Non-small cell lung cancer accounts for 87% of all lung cancer cases and some 5% of NSCLC cases are ALK-positive. This implies that they have genetic abnormality in the anaplastic lymphoma kinase gene.
According to the new study led by researchers at Massachusetts General Hospital (MGH) published in the New England Journal of Medicine, lung cancer patients with specific genetic alteration lived longer when treated early with drug Lorlatinib. First and second generation ALK inhibitors have been in development since 2008 and Lorlatinib is a third-generation ALK-inhibitor that has been approved for ALK-positive patients where cancer has progressed after taking older-generation inhibitors.
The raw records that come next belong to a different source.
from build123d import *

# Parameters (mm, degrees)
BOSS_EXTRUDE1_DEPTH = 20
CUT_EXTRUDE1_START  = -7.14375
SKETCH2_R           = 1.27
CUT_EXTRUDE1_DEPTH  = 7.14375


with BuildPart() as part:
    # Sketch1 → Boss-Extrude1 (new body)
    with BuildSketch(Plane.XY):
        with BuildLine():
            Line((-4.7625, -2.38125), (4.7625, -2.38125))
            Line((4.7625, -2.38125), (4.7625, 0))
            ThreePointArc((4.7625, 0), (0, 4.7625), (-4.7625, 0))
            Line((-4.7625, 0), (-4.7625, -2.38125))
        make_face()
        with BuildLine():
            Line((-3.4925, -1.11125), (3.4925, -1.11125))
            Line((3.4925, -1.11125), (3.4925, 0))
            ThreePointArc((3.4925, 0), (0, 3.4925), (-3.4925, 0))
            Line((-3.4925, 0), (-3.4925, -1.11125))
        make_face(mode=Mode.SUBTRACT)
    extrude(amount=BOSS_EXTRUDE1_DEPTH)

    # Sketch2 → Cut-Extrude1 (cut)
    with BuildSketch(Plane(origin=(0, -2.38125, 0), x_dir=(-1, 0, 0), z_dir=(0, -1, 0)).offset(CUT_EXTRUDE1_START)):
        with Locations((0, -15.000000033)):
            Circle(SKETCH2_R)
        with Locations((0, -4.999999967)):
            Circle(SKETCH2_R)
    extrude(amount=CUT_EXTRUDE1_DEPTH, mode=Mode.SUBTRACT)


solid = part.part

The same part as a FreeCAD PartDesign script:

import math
import FreeCAD as App
import Part
import Sketcher
Q = App.Units.Quantity

doc = App.newDocument("Part")
body = doc.addObject("PartDesign::Body", "Body")

# Sketch on XY plane
sketch1 = doc.addObject("Sketcher::SketchObject", "Sketch")
body.addObject(sketch1)
sketch1.AttachmentSupport = (doc.XY_Plane, [""])
sketch1.MapMode = "FlatFace"
sketch1.addGeometry(Part.LineSegment(App.Vector(-4.7625, -2.38125, 0), App.Vector(4.7625, -2.38125, 0)), False)
sketch1.addGeometry(Part.LineSegment(App.Vector(4.7625, -2.38125, 0), App.Vector(4.7625, 0, 0)), False)
sketch1.addGeometry(Part.ArcOfCircle(Part.Circle(App.Vector(0, 0, 0), App.Vector(0, 0, 1), 4.7625), math.radians(0), math.radians(180)), False)
sketch1.addGeometry(Part.LineSegment(App.Vector(-4.7625, 0, 0), App.Vector(-4.7625, -2.38125, 0)), False)
sketch1.addGeometry(Part.LineSegment(App.Vector(3.4925, -1.11125, 0), App.Vector(-3.4925, -1.11125, 0)), False)
sketch1.addGeometry(Part.LineSegment(App.Vector(-3.4925, -1.11125, 0), App.Vector(-3.4925, 0, 0)), False)
sketch1.addGeometry(Part.ArcOfCircle(Part.Circle(App.Vector(0, 0, 0), App.Vector(0, 0, 1), 3.4925), math.radians(0), math.radians(180)), False)
sketch1.addGeometry(Part.LineSegment(App.Vector(3.4925, 0, 0), App.Vector(3.4925, -1.11125, 0)), False)
sketch1.addConstraint(Sketcher.Constraint("Coincident", 0, 2, 1, 1))
sketch1.addConstraint(Sketcher.Constraint("Tangent", 1, 2, 2, 1))
sketch1.addConstraint(Sketcher.Constraint("Tangent", 2, 2, 3, 1))
sketch1.addConstraint(Sketcher.Constraint("Coincident", 3, 2, 0, 1))
sketch1.addConstraint(Sketcher.Constraint("Coincident", 4, 2, 5, 1))
sketch1.addConstraint(Sketcher.Constraint("Tangent", 5, 2, 6, 2))
sketch1.addConstraint(Sketcher.Constraint("Tangent", 6, 1, 7, 1))
sketch1.addConstraint(Sketcher.Constraint("Coincident", 7, 2, 4, 1))
sketch1.addConstraint(Sketcher.Constraint("Horizontal", 0))
sketch1.addConstraint(Sketcher.Constraint("Vertical", 1))
sketch1.addConstraint(Sketcher.Constraint("Vertical", 3))
sketch1.addConstraint(Sketcher.Constraint("Horizontal", 4))
sketch1.addConstraint(Sketcher.Constraint("Vertical", 5))
sketch1.addConstraint(Sketcher.Constraint("Vertical", 7))
sketch1.addConstraint(Sketcher.Constraint("Coincident", 2, 3, -1, 1))
sketch1.addConstraint(Sketcher.Constraint("Coincident", 6, 3, -1, 1))
sketch1.addConstraint(Sketcher.Constraint("Radius", 2, Q("0.1875 in")))
sketch1.addConstraint(Sketcher.Constraint("Radius", 6, Q("0.1375 in")))
sketch1.addConstraint(Sketcher.Constraint("DistanceY", 1, 1, 1, 2, Q("0.09375 in")))
sketch1.addConstraint(Sketcher.Constraint("DistanceY", 3, 2, 4, 2, Q("0.05 in")))
pad1 = doc.addObject("PartDesign::Pad", "Pad")
body.addObject(pad1)
pad1.Profile = sketch1
pad1.Length = 20

# Sketch on XZ plane
sketch2 = doc.addObject("Sketcher::SketchObject", "Sketch001")
body.addObject(sketch2)
sketch2.AttachmentSupport = (doc.XZ_Plane, [""])
sketch2.MapMode = "FlatFace"
sketch2.AttachmentOffset = App.Placement(App.Vector(0, 0, -0.1875 * 25.4), App.Rotation())
sketch2.addGeometry(Part.Circle(App.Vector(0, 15, 0), App.Vector(0, 0, 1), 1.27), False)
sketch2.addGeometry(Part.Circle(App.Vector(0, 5, 0), App.Vector(0, 0, 1), 1.27), False)
sketch2.addConstraint(Sketcher.Constraint("Equal", 0, 1))
sketch2.addConstraint(Sketcher.Constraint("PointOnObject", 0, 3, -2))
sketch2.addConstraint(Sketcher.Constraint("PointOnObject", 1, 3, -2))
sketch2.addConstraint(Sketcher.Constraint("Diameter", 0, Q("0.1 in")))
sketch2.addConstraint(Sketcher.Constraint("DistanceY", -1, 1, 0, 3, 15.0))
sketch2.addConstraint(Sketcher.Constraint("DistanceY", -1, 1, 1, 3, 5.0))
pocket1 = doc.addObject("PartDesign::Pocket", "Pocket")
body.addObject(pocket1)
pocket1.Profile = sketch2
pocket1.Length = Q("0.28125 in")
pocket1.Reversed = True

doc.recompute()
Based on the interim analysis, the study authors have concluded that ALK-positive NSCLC patients who received Loratinib experienced significantly longer PFS and had intracranial responses more often when compared to patients in the crizotinib group.
Lorlatinib is a third-generation inhibitor of anaplastic lymphoma kinase (ALK) and has anti-tumor activity in previously treated patients with ALK positive non-small cell lung cancer. Lorlatinib is currently approved for use in patients who have received advanced despite treatment with past generations of ALK inhibitors. The first-generation and second-generations of ALK inhibitors can be very effective but patients are at risk of metastasis too brain.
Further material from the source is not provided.